■ **EXERCISE**:
Looking at the entries below, how many lines include the word "BuildPart"? Answer with the number alone.

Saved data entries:
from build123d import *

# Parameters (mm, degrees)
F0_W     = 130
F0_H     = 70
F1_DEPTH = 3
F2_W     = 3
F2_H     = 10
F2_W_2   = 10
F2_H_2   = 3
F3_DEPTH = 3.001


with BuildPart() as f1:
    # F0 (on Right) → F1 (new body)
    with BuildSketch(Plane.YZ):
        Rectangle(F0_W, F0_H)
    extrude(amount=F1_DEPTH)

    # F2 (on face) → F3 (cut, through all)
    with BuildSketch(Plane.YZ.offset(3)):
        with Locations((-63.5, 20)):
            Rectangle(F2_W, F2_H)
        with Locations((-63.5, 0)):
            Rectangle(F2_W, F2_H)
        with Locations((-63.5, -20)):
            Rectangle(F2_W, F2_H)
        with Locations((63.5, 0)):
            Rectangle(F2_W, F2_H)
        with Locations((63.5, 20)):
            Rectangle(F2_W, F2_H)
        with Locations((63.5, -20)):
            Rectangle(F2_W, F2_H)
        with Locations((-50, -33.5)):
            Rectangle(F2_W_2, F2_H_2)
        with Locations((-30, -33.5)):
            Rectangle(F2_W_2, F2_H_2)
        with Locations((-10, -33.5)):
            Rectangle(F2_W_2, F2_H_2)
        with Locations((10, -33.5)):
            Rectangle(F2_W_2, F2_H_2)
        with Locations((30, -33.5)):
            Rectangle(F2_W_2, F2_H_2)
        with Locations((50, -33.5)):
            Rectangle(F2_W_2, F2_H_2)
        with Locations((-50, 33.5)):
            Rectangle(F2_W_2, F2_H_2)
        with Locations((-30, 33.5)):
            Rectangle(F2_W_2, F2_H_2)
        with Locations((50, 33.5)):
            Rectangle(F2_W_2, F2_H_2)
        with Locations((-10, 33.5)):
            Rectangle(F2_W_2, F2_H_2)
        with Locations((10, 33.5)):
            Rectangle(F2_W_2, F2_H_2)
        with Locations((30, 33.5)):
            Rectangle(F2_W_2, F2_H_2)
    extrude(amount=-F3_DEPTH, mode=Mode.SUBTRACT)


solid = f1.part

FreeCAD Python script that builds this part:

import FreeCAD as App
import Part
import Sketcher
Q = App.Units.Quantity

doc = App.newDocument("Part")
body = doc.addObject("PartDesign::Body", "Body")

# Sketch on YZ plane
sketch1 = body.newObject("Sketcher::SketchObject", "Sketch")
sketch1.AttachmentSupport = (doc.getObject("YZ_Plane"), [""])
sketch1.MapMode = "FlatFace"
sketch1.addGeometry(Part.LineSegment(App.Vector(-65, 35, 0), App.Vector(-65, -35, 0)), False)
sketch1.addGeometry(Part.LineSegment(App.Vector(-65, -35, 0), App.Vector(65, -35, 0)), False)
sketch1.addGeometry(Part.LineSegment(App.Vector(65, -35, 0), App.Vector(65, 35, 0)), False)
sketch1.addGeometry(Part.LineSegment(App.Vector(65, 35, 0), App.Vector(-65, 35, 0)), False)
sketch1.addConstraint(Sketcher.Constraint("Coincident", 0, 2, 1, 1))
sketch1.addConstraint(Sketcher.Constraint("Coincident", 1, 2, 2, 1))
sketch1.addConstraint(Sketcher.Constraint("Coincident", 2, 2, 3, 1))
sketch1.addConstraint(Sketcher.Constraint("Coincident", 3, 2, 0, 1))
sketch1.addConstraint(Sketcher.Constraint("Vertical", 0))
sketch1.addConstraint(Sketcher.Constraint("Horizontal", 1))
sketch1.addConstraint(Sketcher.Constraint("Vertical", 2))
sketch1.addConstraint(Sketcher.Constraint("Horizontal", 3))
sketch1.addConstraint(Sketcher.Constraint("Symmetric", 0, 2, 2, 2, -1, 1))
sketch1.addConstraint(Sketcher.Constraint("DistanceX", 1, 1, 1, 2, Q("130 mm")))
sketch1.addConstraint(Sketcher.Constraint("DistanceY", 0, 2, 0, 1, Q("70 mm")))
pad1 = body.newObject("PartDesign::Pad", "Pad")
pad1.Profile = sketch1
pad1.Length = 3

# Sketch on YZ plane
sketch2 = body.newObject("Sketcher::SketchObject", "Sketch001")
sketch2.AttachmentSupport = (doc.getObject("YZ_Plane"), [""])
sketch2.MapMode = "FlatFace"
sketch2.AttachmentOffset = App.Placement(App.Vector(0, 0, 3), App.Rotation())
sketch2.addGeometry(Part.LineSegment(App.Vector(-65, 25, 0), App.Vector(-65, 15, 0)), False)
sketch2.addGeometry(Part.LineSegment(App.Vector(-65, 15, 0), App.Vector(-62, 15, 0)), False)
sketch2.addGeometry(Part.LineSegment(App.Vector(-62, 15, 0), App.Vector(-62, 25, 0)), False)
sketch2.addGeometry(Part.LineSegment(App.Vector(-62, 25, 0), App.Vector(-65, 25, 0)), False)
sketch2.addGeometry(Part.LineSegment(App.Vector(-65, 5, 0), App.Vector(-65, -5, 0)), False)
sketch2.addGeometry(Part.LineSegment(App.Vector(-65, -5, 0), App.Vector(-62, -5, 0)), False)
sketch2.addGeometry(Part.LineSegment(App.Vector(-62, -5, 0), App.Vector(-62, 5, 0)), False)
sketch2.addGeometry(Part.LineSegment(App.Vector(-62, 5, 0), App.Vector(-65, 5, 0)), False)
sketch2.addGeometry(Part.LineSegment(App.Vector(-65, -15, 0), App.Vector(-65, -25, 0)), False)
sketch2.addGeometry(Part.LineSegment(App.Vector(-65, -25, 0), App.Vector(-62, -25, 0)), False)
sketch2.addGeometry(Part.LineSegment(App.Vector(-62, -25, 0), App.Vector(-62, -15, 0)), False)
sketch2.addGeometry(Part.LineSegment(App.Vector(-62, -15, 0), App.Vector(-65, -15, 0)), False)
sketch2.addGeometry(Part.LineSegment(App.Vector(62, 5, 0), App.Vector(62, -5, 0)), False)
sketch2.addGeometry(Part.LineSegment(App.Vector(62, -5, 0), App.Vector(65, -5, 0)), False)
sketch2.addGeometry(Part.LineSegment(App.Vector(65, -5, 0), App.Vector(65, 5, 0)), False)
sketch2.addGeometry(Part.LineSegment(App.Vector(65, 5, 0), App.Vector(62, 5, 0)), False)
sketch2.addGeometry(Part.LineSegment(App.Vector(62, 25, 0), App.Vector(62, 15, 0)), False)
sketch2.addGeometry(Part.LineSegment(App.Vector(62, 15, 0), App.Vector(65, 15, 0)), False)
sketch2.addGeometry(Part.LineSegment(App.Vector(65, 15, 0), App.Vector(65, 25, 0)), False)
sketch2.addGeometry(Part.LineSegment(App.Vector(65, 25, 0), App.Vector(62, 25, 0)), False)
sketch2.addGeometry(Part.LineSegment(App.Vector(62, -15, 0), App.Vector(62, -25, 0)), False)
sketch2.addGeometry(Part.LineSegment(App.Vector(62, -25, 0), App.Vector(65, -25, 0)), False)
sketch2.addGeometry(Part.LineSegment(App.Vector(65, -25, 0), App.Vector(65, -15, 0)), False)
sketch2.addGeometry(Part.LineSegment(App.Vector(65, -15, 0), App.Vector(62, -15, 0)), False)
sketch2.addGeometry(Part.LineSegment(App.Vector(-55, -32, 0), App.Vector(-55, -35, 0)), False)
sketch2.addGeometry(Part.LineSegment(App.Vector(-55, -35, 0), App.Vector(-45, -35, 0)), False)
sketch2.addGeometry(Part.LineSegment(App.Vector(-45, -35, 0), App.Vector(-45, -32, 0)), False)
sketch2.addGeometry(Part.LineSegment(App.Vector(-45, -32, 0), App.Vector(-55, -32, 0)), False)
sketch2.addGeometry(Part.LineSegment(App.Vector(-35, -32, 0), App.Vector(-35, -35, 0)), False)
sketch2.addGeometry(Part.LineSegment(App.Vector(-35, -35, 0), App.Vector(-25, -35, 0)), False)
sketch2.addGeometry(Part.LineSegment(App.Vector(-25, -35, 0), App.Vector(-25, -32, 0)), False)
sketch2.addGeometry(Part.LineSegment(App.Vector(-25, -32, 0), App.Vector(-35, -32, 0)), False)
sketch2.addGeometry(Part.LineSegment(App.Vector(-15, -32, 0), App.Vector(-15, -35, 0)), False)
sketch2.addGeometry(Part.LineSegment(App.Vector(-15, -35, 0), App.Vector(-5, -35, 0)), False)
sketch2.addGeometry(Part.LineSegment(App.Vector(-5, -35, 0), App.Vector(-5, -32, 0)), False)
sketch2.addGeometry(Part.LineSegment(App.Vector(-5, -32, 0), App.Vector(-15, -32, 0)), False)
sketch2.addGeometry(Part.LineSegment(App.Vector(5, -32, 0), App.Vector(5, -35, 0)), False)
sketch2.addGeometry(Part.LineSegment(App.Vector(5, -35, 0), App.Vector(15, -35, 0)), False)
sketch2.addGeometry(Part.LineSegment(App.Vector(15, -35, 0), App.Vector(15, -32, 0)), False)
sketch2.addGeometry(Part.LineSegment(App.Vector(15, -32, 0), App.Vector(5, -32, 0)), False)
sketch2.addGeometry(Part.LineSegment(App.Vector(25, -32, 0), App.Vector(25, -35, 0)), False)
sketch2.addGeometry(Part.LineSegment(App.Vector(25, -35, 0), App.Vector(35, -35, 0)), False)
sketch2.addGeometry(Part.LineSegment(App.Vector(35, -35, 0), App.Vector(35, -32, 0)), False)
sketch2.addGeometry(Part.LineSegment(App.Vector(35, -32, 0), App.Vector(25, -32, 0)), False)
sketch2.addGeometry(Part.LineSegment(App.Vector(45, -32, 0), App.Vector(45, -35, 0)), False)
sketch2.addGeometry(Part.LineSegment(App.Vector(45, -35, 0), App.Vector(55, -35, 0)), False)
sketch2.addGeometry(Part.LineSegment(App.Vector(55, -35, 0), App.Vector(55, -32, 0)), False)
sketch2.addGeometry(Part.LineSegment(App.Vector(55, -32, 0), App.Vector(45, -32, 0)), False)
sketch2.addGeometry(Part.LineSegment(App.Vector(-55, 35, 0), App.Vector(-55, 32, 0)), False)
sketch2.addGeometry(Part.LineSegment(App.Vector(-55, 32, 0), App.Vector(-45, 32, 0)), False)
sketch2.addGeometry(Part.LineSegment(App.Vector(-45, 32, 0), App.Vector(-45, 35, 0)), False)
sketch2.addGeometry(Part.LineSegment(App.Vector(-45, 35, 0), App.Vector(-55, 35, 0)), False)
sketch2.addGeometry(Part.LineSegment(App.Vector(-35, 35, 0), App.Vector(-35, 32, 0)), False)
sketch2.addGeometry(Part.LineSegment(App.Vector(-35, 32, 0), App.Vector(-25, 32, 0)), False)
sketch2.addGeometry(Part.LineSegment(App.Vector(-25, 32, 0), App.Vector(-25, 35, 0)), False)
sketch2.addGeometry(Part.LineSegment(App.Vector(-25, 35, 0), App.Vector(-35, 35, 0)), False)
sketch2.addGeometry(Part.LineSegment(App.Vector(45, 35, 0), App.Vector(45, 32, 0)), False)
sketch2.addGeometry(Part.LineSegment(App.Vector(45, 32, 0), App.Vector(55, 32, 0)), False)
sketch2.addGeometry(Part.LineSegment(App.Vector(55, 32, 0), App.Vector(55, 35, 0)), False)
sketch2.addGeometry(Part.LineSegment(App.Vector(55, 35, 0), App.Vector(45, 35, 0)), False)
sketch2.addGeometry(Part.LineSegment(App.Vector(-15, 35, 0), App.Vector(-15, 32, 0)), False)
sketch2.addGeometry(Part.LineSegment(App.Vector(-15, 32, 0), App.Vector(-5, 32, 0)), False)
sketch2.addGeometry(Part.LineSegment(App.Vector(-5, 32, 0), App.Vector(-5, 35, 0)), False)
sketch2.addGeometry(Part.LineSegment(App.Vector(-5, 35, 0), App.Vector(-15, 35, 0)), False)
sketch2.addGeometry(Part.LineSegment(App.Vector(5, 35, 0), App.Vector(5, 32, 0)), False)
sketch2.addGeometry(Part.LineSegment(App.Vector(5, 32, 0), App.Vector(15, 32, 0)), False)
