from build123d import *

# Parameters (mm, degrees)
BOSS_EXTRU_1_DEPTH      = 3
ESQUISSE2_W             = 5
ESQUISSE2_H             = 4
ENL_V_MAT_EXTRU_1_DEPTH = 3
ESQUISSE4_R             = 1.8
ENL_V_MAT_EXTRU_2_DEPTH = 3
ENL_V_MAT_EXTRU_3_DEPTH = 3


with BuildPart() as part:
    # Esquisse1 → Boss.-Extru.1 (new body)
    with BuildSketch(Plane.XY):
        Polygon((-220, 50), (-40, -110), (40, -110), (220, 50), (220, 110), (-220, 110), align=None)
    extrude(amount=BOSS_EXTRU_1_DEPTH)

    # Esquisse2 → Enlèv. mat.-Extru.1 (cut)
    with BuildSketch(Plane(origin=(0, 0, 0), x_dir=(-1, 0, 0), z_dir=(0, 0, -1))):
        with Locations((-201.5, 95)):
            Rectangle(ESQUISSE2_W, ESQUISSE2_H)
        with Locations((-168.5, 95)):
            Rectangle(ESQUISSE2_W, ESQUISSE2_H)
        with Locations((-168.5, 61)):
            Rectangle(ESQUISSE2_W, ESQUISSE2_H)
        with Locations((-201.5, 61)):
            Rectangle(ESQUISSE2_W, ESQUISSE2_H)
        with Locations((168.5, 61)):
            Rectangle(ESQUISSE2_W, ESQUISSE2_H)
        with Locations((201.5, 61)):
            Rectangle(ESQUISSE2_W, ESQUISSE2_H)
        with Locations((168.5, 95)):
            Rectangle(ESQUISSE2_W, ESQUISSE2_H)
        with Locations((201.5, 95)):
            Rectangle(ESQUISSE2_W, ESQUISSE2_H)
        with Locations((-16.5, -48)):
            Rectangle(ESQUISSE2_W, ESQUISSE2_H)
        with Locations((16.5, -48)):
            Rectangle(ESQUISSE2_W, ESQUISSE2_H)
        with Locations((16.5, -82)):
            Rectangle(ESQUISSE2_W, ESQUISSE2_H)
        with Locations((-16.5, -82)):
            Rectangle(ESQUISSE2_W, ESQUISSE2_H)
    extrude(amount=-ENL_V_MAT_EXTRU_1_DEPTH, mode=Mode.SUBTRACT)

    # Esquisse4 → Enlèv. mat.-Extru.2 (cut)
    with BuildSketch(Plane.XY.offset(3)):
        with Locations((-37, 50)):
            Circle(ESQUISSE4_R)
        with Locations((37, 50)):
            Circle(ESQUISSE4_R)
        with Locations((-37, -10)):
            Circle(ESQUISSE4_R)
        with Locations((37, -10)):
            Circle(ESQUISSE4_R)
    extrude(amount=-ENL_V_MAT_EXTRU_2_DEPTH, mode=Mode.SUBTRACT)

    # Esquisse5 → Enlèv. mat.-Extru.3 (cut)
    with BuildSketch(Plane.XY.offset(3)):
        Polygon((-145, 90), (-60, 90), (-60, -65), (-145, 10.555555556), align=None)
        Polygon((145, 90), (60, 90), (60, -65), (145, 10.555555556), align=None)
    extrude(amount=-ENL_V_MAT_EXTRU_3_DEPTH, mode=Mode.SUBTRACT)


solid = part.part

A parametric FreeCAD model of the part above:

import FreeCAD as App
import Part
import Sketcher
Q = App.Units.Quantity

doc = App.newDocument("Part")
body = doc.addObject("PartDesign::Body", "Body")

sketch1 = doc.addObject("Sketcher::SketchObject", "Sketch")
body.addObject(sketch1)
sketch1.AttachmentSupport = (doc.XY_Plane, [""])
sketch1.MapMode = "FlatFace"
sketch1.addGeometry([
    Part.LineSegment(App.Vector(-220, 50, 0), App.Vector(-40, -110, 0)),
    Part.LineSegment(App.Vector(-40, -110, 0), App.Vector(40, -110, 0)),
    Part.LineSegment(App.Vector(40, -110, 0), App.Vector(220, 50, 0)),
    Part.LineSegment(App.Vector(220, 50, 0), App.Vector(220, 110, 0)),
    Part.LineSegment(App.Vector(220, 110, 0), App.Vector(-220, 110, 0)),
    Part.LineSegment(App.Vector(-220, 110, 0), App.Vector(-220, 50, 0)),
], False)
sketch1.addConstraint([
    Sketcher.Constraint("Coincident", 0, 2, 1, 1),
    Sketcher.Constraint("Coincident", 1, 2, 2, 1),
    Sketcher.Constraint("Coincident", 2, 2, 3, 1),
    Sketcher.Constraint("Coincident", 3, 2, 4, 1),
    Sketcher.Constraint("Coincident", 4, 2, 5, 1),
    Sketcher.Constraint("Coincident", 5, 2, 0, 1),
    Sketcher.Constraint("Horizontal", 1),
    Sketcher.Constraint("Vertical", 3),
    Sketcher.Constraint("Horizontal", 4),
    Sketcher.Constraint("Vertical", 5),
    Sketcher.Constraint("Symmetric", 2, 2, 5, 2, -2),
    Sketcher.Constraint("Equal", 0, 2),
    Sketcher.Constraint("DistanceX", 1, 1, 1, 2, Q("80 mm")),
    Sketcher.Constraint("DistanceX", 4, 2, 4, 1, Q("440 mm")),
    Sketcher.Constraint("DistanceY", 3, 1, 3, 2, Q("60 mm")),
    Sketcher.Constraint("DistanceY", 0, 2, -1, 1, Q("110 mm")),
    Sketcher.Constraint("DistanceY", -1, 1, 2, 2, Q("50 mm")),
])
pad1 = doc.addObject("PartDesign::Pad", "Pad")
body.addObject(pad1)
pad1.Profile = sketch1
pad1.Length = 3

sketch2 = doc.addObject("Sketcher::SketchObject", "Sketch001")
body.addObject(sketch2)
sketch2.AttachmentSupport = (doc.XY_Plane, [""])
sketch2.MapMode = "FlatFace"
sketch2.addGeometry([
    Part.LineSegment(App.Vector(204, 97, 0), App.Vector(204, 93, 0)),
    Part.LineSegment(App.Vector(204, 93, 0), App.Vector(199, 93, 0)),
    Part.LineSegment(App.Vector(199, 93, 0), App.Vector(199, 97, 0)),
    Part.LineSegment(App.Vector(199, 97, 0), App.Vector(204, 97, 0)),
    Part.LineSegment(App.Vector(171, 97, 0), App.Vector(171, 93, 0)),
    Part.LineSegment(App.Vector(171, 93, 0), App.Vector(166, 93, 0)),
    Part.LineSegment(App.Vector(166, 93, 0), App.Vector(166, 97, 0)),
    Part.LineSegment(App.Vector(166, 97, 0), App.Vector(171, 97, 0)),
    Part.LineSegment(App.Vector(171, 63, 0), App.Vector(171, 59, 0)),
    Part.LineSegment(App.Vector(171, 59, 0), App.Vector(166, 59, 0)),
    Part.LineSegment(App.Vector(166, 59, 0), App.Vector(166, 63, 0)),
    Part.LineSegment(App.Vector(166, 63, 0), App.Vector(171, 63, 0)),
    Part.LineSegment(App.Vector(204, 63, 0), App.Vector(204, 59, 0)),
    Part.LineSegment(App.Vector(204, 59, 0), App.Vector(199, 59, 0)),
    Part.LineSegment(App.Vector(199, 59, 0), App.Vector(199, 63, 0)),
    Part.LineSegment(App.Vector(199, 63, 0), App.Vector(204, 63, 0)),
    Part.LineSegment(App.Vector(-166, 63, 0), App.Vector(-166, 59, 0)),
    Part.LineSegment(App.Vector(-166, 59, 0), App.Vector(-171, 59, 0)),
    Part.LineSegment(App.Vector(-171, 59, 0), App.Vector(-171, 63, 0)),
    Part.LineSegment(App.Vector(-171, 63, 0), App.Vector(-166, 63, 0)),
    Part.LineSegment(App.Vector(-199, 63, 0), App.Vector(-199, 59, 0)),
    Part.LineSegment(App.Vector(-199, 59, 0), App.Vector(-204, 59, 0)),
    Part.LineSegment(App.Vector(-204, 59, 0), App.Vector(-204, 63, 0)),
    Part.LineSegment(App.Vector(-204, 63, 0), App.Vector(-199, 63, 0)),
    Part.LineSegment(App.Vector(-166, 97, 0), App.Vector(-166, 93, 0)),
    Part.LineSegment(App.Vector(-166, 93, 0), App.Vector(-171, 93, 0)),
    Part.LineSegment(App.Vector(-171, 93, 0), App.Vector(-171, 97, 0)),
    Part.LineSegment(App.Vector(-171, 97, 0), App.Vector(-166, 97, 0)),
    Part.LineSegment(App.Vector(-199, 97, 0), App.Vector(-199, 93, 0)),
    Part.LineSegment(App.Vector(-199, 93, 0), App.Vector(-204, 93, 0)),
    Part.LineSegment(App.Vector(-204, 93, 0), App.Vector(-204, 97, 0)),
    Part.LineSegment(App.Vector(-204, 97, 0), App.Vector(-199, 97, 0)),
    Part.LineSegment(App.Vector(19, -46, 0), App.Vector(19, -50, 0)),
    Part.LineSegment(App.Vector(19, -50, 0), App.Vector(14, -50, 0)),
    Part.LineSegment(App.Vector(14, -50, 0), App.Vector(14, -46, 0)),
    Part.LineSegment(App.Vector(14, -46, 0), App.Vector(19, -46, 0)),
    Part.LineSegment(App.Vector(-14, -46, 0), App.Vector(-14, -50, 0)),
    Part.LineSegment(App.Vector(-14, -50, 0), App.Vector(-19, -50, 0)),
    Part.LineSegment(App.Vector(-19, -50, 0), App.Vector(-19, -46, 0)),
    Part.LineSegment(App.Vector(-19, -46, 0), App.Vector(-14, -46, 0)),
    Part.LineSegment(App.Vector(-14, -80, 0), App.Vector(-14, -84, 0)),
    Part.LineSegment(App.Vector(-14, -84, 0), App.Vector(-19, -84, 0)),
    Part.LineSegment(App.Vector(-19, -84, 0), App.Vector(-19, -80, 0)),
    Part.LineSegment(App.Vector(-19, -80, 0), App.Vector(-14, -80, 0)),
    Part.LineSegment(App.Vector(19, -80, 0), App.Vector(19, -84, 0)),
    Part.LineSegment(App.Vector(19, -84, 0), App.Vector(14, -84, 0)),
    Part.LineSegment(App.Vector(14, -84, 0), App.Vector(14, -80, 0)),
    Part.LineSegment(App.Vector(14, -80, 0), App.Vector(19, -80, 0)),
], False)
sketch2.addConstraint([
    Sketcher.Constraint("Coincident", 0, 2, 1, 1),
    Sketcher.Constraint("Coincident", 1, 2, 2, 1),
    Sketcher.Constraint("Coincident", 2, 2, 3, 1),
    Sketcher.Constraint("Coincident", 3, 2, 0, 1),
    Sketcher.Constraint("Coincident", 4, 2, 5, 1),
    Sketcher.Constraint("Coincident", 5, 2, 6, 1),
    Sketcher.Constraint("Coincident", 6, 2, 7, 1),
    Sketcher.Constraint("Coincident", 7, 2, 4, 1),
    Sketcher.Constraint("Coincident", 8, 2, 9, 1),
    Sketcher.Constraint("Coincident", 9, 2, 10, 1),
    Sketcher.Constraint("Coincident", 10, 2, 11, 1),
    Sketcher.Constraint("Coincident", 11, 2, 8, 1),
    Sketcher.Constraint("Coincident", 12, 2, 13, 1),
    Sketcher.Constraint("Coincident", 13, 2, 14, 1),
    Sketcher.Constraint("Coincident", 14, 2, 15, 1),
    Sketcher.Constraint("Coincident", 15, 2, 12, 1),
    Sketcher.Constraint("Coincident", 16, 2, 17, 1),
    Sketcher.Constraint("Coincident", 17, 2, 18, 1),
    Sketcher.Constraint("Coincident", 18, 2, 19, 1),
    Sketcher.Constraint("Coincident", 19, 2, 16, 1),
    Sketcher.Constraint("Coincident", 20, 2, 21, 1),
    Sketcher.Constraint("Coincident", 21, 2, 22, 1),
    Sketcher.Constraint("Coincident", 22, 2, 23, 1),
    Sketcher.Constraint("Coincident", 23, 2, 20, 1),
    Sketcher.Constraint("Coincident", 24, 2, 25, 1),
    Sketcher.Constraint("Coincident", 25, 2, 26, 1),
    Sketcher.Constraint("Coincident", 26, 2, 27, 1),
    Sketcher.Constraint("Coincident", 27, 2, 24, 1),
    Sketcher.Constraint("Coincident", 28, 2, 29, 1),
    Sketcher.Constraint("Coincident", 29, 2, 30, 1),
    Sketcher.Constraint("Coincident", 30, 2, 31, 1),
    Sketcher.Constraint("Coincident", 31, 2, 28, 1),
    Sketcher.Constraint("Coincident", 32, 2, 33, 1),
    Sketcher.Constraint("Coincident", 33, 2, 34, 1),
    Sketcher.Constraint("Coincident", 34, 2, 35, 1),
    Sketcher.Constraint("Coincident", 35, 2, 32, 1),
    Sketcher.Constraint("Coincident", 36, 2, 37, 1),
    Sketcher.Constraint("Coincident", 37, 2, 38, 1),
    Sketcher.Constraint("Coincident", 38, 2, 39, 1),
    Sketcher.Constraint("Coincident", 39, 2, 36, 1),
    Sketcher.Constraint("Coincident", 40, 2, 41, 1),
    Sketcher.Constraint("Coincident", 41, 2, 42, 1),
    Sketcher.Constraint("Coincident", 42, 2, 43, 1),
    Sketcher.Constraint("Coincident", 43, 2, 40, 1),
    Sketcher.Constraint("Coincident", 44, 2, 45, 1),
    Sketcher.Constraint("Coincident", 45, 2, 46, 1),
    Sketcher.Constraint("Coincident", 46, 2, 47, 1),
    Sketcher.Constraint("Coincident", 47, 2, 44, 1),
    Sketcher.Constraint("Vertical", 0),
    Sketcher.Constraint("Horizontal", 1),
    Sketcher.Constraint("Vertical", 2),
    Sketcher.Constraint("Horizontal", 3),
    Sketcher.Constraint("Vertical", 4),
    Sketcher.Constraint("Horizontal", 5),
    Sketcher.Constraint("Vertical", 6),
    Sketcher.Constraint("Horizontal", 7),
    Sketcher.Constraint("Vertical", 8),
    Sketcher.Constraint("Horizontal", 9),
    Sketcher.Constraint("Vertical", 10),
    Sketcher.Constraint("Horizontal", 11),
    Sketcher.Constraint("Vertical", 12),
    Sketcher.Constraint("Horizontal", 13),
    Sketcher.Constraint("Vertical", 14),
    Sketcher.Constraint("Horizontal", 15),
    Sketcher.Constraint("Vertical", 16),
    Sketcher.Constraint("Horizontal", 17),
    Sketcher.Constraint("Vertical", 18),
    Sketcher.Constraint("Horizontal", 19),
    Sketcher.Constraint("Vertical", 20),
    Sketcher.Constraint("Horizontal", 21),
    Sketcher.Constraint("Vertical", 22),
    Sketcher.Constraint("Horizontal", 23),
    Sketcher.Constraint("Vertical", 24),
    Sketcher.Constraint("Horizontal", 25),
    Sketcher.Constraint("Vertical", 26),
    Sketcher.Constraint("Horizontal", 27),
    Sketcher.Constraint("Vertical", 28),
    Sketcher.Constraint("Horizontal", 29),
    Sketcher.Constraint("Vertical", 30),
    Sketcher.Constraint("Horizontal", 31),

■ **THE COMPLETED TASK**:
2